Stored data
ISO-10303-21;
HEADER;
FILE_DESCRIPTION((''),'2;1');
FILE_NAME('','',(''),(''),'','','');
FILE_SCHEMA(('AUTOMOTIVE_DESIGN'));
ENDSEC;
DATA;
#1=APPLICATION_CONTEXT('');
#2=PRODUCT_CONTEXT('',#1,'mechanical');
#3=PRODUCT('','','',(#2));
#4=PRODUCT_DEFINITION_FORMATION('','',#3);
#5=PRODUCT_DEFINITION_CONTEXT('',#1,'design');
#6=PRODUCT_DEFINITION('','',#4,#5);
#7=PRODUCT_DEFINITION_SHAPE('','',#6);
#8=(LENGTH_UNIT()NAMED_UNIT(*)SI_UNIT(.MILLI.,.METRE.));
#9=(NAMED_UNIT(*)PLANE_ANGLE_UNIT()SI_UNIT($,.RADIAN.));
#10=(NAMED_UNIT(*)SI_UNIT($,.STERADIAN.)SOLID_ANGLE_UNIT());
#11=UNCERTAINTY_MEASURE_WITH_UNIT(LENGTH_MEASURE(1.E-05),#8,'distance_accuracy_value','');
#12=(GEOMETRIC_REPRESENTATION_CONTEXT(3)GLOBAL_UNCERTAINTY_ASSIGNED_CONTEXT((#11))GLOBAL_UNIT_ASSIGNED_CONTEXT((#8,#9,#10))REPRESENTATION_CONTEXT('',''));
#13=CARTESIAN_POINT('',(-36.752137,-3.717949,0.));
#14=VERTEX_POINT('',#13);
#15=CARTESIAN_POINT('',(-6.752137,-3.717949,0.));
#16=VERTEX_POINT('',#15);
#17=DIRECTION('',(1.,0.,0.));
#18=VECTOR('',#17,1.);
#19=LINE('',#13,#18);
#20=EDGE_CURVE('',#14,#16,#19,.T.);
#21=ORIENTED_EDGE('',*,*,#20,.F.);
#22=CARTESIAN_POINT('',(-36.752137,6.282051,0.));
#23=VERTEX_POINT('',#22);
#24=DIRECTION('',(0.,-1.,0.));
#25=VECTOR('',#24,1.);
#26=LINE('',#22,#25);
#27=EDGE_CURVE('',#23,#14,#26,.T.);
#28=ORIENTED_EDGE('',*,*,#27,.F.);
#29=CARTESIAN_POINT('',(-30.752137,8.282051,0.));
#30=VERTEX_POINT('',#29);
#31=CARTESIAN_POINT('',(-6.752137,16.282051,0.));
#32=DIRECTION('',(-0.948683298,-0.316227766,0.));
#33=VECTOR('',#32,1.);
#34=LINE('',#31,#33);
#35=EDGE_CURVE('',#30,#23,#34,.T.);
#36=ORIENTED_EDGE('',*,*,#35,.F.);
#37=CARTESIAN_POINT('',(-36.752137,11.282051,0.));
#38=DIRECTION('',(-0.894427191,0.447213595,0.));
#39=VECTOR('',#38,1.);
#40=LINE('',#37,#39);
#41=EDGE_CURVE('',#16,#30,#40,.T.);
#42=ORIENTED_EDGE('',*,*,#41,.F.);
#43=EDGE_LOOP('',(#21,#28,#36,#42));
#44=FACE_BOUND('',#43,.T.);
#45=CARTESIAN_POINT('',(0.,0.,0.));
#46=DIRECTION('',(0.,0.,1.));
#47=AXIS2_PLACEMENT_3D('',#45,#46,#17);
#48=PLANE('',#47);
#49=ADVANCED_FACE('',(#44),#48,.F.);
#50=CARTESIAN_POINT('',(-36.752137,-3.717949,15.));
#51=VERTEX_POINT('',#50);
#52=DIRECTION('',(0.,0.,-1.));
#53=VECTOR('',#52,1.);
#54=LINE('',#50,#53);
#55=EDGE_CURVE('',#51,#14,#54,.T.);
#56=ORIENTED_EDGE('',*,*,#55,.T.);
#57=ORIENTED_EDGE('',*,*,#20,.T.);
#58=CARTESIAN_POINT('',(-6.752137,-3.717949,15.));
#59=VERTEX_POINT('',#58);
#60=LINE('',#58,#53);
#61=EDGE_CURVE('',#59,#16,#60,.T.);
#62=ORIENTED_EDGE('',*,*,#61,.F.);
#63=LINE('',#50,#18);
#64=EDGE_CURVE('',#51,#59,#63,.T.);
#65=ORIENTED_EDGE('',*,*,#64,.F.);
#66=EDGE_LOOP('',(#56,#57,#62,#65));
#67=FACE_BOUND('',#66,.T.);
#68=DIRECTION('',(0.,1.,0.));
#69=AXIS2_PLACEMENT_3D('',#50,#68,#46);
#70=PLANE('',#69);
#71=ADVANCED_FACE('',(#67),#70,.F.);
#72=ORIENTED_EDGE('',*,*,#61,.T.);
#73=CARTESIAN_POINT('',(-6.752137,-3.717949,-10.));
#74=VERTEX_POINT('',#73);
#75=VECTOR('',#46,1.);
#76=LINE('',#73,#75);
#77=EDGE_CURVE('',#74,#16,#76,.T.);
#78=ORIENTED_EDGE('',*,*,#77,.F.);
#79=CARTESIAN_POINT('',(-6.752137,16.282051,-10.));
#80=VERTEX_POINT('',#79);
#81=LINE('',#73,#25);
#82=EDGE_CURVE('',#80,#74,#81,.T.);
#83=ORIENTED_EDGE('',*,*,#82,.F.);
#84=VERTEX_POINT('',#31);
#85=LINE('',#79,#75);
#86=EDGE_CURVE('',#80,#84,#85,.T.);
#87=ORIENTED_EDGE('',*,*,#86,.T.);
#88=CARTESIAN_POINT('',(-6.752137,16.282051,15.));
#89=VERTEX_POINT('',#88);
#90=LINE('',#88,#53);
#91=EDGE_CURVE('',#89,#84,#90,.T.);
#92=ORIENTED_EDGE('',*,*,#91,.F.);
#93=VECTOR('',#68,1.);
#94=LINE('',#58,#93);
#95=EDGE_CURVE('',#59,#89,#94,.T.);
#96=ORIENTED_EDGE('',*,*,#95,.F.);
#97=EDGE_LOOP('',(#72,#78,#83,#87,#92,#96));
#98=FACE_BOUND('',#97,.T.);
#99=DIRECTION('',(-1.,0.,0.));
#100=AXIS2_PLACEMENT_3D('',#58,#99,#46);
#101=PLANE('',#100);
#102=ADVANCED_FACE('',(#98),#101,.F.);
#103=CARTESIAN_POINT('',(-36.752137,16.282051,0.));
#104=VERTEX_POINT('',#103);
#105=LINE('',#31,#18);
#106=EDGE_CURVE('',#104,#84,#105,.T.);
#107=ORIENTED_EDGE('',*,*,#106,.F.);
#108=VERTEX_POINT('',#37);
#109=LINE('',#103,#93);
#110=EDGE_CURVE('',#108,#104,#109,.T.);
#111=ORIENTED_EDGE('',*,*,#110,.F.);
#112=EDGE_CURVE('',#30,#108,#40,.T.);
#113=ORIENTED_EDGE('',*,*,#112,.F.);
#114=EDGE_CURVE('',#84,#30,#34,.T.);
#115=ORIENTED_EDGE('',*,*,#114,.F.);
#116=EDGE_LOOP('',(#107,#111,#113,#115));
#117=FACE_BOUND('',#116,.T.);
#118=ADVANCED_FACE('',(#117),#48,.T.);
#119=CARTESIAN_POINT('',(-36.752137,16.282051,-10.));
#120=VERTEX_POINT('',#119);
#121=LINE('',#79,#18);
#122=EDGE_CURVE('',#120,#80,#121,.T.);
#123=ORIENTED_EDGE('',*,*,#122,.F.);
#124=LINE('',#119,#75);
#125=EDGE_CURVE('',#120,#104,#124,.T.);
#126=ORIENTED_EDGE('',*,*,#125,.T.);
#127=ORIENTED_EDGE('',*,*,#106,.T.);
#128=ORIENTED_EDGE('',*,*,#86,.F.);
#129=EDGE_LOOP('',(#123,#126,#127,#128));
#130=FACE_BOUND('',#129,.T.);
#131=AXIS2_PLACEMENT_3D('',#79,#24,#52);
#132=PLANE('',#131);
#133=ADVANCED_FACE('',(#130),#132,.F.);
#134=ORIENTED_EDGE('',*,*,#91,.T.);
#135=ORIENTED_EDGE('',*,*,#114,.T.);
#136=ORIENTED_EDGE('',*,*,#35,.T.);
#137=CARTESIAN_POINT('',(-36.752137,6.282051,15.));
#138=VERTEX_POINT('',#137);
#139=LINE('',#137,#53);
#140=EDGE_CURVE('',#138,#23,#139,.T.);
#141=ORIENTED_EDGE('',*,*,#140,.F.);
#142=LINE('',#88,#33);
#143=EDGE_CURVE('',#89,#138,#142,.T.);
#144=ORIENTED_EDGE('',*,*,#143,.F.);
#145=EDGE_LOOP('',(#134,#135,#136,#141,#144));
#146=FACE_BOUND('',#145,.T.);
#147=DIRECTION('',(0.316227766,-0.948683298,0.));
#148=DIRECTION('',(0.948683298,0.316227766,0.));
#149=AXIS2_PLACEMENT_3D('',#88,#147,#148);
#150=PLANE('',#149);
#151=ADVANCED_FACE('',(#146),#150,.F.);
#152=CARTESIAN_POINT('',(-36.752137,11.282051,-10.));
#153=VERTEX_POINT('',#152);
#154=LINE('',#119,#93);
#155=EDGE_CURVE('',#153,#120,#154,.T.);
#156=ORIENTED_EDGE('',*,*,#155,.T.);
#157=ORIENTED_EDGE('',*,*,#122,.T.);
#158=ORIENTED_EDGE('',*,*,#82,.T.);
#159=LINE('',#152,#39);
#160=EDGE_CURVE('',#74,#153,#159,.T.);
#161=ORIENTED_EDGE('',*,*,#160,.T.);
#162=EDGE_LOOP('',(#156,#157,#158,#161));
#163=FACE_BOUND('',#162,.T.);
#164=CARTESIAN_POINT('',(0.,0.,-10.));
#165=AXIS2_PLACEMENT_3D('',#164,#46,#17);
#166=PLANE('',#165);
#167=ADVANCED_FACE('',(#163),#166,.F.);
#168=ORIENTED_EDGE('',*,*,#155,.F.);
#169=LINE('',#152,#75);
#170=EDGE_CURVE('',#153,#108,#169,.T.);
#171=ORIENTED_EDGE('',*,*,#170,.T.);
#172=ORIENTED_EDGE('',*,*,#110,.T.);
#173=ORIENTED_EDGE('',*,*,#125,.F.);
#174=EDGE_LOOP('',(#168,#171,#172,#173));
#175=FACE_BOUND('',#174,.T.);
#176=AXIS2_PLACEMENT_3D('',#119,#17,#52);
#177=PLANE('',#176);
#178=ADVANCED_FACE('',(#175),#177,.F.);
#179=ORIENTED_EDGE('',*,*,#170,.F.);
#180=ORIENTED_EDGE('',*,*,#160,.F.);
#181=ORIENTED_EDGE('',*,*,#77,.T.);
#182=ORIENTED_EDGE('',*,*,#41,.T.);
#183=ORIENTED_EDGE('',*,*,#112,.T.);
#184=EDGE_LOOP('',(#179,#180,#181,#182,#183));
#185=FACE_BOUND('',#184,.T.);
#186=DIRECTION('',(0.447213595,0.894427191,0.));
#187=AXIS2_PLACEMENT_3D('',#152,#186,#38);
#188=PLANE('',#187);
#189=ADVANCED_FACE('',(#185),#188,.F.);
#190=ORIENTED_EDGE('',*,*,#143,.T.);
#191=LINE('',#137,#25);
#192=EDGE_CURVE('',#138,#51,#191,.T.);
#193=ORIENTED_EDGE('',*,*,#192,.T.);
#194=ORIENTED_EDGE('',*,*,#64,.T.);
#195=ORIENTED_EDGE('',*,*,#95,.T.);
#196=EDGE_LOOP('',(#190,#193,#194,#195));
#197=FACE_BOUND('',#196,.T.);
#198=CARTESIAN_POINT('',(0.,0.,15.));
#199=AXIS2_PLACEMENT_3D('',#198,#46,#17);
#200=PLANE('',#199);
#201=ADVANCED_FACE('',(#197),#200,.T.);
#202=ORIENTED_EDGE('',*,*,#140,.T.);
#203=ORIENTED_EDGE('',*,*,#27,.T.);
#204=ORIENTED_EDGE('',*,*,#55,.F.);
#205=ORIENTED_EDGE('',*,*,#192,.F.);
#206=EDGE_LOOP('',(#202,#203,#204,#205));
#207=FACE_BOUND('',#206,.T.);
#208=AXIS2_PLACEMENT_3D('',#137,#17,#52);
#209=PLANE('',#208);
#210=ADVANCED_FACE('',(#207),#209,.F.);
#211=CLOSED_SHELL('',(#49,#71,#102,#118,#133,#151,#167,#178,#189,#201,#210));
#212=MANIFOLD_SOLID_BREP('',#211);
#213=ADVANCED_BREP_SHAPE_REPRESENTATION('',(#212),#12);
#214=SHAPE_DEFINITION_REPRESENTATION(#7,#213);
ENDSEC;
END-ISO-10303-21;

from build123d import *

# Parameters (mm, degrees)
BOSS_EXTRUDE1_DEPTH = 15
BOSS_EXTRUDE2_DEPTH = 10


with BuildPart() as part:
    # Sketch1 → Boss-Extrude1 (new body)
    with BuildSketch(Plane.XY):
        Polygon((-36.752136752, 6.282051282), (-36.752136752, -3.717948718), (-6.752136752, -3.717948718), (-6.752136752, 16.282051282), align=None)
    extrude(amount=BOSS_EXTRUDE1_DEPTH)

    # Sketch2 → Boss-Extrude2 (add)
    with BuildSketch(Plane(origin=(0, 0, 0), x_dir=(-1, 0, 0), z_dir=(0, 0, -1))):
        Polygon((6.752136752, -3.717948718), (6.752136752, 16.282051282), (36.752136752, 16.282051282), (36.752136752, 11.282051282), align=None)
    extrude(amount=BOSS_EXTRUDE2_DEPTH)


solid = part.part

* Task brief: Look above for the line with "#9=(NAMED_UNIT(*)PLANE_ANGLE_UNIT()SI_UNIT($,.RADIAN.));" and the line with "#15=CARTESIAN_POINT('',(-6.752137,-3.717949,0.));". Retype those two lines and every line between them exactly, adding nothing.

* Response area:
#9=(NAMED_UNIT(*)PLANE_ANGLE_UNIT()SI_UNIT($,.RADIAN.));
#10=(NAMED_UNIT(*)SI_UNIT($,.STERADIAN.)SOLID_ANGLE_UNIT());
#11=UNCERTAINTY_MEASURE_WITH_UNIT(LENGTH_MEASURE(1.E-05),#8,'distance_accuracy_value','');
#12=(GEOMETRIC_REPRESENTATION_CONTEXT(3)GLOBAL_UNCERTAINTY_ASSIGNED_CONTEXT((#11))GLOBAL_UNIT_ASSIGNED_CONTEXT((#8,#9,#10))REPRESENTATION_CONTEXT('',''));
#13=CARTESIAN_POINT('',(-36.752137,-3.717949,0.));
#14=VERTEX_POINT('',#13);
#15=CARTESIAN_POINT('',(-6.752137,-3.717949,0.));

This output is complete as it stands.